Check each line of the material for the string "full", and copy the lines that have it.
((
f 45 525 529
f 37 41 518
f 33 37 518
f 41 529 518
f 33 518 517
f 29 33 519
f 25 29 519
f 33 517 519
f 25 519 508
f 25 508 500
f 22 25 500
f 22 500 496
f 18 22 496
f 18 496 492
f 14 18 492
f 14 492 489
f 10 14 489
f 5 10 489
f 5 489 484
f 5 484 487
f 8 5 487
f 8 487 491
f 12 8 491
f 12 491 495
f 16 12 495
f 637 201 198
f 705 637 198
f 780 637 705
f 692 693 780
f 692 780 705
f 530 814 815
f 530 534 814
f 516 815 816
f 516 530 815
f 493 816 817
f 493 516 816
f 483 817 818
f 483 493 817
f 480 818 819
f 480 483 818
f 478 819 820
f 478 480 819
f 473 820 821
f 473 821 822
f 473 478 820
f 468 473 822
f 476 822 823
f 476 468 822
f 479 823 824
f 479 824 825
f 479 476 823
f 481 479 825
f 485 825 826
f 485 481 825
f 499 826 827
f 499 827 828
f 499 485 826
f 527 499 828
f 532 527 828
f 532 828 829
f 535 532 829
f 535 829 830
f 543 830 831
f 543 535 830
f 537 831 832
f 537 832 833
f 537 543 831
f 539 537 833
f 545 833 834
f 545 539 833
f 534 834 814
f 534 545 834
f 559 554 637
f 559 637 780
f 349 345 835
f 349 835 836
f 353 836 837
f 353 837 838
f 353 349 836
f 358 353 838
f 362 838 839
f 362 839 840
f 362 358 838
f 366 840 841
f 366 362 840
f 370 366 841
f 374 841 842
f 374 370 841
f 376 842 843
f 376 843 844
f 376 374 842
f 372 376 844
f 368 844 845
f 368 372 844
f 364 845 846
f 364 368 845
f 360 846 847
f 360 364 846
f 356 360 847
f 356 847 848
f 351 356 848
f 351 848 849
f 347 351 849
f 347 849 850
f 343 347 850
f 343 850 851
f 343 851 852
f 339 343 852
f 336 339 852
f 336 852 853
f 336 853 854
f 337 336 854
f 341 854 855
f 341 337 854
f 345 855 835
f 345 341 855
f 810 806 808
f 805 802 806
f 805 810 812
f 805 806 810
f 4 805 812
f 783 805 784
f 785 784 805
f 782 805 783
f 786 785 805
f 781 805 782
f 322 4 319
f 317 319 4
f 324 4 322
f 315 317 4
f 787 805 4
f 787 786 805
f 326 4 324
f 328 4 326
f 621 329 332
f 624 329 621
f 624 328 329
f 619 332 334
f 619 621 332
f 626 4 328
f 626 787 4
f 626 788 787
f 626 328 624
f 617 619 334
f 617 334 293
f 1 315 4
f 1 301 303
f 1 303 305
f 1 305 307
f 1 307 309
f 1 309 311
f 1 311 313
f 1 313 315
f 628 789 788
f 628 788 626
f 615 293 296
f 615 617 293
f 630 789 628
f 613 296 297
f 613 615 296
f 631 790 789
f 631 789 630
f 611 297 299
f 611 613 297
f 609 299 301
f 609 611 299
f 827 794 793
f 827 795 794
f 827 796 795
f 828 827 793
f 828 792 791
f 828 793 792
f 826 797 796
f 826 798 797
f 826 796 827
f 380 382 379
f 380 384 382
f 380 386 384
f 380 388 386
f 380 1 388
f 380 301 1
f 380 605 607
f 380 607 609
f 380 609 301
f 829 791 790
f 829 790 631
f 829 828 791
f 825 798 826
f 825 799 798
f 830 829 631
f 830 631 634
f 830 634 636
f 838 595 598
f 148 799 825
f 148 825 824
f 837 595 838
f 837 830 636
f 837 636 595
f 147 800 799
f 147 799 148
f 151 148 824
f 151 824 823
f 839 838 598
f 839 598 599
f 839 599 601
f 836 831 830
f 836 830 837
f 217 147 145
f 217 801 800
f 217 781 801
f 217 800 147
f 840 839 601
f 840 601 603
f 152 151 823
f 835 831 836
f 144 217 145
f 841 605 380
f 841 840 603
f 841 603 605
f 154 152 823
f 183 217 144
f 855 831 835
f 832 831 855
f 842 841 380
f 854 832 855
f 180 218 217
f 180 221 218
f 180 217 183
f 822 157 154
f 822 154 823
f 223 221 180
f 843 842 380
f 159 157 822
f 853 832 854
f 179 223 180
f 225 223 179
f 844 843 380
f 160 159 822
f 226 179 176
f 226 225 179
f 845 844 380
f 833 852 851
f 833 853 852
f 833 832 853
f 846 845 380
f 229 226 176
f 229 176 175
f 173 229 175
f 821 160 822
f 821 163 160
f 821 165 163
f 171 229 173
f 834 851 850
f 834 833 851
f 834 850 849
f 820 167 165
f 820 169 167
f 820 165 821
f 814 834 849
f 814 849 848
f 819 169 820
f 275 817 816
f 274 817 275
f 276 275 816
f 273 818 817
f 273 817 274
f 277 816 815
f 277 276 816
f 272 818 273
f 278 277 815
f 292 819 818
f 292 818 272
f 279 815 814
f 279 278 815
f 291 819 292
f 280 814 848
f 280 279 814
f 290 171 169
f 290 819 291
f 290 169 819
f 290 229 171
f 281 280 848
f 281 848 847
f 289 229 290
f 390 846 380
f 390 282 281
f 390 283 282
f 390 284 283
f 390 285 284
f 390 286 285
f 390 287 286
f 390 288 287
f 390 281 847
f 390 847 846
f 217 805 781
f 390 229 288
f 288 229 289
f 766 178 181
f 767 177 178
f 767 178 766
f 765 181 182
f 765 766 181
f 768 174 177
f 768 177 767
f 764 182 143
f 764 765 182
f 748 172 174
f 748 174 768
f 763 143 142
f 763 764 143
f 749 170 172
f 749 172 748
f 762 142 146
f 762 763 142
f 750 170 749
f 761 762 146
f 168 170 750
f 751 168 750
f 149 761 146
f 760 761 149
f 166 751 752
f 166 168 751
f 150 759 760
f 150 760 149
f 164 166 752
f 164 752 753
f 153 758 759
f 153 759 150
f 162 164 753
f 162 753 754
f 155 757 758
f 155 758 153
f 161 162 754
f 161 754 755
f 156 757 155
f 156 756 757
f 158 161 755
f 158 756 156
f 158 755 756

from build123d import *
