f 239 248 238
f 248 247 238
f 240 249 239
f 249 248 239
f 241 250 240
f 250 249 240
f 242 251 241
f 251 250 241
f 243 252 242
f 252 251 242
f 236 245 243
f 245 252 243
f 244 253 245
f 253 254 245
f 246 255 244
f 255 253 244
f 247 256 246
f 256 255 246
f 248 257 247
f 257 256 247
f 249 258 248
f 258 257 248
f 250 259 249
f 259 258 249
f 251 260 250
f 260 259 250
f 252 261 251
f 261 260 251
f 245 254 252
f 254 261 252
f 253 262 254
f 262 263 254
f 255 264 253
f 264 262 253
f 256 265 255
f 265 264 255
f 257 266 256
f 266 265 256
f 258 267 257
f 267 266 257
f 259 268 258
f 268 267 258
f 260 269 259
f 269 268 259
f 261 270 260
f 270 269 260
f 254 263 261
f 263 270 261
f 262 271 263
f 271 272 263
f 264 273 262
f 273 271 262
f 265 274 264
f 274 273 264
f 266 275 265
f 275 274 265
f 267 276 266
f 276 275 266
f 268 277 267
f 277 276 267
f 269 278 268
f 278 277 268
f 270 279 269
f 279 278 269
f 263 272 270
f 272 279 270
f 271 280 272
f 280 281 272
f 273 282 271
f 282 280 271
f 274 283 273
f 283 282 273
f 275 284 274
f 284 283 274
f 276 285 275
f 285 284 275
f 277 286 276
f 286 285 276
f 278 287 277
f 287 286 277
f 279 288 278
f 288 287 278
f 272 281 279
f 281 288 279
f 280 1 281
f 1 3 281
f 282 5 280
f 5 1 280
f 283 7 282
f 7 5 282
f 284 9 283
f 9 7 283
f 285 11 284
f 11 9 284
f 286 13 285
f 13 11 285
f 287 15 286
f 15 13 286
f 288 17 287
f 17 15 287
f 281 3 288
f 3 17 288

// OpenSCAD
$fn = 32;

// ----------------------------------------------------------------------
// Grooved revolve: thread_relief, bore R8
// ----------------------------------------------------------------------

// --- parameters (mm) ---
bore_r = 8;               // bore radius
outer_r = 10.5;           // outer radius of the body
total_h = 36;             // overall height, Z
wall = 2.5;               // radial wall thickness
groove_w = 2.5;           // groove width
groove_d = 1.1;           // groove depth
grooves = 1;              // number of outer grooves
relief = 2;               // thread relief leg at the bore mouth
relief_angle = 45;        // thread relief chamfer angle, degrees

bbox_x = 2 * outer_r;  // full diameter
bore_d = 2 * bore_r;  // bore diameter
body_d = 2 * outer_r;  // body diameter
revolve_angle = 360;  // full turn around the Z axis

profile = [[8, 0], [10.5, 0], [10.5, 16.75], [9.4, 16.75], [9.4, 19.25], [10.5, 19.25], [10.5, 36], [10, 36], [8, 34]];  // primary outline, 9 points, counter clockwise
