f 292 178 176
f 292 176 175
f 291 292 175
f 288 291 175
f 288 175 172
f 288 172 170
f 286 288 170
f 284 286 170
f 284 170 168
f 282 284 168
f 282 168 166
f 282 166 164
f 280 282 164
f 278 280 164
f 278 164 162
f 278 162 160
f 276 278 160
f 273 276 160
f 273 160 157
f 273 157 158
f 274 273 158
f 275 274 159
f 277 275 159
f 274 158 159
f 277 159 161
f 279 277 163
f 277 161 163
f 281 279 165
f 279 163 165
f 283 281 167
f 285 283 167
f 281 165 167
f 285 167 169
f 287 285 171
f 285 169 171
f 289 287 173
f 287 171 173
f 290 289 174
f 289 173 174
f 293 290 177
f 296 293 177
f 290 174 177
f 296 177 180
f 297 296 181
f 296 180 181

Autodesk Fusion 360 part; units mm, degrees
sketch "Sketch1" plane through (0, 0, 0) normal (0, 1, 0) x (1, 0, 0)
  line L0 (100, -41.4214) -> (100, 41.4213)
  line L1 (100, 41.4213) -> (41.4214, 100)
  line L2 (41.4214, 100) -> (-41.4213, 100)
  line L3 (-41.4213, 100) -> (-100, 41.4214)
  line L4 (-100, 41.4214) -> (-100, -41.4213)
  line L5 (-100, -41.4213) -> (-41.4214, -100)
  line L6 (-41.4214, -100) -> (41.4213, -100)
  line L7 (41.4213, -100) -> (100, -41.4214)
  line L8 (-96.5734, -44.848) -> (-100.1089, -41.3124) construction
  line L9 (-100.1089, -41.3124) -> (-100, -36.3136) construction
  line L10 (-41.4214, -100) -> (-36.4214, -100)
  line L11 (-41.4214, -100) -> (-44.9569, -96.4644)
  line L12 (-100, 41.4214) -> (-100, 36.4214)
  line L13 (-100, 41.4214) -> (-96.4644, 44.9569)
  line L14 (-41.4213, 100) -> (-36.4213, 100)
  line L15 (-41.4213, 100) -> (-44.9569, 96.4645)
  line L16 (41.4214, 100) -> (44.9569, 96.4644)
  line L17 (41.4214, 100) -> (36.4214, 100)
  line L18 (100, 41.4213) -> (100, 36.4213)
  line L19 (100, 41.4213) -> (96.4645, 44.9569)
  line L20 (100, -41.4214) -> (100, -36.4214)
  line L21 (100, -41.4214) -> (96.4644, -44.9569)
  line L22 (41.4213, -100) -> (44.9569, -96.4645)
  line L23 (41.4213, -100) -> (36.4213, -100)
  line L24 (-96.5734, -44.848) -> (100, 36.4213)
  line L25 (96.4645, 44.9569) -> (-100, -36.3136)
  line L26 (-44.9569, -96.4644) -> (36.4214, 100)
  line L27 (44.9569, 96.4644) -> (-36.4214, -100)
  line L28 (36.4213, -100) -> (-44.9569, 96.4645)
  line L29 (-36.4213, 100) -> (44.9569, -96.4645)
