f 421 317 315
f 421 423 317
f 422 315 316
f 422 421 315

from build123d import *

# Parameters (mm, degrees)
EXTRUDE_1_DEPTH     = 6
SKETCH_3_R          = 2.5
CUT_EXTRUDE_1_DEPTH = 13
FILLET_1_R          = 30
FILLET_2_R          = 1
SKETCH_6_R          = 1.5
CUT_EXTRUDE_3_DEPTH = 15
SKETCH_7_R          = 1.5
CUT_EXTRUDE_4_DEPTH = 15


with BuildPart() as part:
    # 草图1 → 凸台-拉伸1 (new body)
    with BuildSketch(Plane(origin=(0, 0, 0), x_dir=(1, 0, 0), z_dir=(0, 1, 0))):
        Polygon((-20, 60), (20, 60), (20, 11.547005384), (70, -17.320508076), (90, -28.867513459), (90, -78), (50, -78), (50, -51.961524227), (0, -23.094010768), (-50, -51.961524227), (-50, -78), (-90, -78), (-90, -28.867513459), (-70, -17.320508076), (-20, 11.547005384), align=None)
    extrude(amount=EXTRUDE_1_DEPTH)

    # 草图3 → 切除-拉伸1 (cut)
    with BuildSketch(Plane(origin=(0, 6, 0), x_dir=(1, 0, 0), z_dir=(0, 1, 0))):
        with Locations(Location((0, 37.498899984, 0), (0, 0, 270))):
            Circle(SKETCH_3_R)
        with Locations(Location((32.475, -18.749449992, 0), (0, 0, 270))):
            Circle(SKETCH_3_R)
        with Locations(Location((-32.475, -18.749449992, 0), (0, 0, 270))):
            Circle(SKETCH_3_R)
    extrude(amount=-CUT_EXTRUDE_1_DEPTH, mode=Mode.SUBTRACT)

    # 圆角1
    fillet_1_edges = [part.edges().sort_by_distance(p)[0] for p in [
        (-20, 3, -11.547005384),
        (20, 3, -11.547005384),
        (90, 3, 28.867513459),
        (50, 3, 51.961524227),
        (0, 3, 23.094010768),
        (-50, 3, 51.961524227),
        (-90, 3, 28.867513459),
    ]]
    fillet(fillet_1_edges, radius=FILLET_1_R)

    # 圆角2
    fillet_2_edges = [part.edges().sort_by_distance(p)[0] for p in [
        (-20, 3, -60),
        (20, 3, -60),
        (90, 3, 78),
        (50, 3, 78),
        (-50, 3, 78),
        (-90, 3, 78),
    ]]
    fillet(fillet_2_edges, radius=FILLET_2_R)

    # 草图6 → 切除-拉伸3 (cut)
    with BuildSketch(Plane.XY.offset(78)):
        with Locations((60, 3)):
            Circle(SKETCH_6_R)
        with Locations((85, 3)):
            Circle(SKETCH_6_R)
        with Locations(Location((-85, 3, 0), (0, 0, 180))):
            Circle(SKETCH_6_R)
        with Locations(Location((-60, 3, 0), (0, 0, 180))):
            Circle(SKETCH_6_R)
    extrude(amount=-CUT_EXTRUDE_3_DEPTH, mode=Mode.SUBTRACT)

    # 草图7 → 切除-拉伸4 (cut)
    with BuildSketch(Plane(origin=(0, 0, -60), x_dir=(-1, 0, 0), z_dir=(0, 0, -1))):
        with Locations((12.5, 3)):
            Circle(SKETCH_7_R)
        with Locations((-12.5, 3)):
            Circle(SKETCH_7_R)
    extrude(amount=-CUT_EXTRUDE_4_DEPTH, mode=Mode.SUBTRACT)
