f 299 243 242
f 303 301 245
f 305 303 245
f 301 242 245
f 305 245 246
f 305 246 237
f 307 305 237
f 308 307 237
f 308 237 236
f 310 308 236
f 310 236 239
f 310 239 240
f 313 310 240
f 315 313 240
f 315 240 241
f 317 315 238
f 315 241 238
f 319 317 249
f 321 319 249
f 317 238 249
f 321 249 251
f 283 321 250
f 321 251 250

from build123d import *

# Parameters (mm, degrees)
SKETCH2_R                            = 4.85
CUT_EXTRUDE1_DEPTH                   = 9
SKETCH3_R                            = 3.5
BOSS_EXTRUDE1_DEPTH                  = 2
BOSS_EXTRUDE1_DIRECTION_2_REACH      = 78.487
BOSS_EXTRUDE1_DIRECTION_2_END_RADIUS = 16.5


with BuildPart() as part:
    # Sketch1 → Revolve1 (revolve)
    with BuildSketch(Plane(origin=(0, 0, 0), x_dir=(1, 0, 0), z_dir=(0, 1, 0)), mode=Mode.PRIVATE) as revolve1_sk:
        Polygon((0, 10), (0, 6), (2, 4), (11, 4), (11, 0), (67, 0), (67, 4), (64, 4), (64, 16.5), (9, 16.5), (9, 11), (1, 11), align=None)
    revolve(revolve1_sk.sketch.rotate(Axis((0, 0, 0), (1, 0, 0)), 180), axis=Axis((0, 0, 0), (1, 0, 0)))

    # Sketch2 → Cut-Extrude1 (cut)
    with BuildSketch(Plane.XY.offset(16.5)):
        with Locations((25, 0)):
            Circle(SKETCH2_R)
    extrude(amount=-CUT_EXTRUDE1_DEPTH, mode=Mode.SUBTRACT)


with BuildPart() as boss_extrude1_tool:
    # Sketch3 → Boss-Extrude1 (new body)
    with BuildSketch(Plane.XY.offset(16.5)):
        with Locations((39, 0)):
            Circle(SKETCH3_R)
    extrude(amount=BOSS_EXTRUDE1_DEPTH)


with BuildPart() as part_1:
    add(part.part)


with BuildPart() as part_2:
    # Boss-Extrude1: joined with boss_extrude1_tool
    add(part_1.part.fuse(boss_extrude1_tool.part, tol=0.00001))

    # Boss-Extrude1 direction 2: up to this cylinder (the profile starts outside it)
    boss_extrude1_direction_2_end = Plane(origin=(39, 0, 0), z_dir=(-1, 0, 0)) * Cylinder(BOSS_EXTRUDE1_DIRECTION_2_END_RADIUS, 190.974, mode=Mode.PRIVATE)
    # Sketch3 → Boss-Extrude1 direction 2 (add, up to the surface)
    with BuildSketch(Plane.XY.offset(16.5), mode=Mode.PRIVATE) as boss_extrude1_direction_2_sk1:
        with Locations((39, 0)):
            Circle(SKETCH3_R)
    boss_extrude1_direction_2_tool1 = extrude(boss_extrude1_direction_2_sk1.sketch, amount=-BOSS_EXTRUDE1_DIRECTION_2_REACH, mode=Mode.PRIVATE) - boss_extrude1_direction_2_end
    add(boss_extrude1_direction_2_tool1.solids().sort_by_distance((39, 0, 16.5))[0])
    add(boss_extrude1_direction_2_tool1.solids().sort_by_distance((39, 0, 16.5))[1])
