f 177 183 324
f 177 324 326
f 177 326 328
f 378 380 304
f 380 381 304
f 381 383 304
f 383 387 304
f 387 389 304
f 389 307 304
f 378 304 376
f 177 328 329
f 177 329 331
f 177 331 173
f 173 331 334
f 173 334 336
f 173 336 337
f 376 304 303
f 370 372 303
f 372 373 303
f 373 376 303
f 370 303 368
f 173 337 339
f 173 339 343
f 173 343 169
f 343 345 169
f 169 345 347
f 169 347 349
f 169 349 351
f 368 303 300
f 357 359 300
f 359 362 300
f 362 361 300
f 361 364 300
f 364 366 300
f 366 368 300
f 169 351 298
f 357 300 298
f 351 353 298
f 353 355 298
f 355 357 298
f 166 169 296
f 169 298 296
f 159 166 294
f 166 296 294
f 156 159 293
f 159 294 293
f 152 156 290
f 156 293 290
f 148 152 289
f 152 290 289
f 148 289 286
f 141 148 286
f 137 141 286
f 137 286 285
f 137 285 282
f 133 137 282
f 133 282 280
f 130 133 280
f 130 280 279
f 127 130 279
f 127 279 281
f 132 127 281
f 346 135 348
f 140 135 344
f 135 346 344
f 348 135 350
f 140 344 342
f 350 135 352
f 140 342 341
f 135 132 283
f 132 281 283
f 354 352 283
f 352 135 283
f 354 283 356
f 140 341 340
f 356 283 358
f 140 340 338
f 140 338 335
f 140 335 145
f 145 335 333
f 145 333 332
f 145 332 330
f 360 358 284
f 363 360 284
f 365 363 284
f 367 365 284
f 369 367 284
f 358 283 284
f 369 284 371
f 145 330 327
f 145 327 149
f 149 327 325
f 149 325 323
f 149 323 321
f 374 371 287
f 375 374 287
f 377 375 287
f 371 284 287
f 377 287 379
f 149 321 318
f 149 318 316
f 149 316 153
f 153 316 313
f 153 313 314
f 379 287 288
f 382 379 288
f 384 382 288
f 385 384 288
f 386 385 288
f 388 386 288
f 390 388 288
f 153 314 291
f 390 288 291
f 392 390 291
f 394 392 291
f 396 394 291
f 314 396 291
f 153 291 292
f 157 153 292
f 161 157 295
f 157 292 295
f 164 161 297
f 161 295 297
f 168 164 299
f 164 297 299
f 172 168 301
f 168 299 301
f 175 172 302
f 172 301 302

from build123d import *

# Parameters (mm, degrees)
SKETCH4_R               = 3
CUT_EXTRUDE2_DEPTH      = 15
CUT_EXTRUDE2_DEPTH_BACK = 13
))
### Answer space
bbox_x = 2 * outer_r;  // full diameter
revolve_angle = 360;  // full turn around the Z axis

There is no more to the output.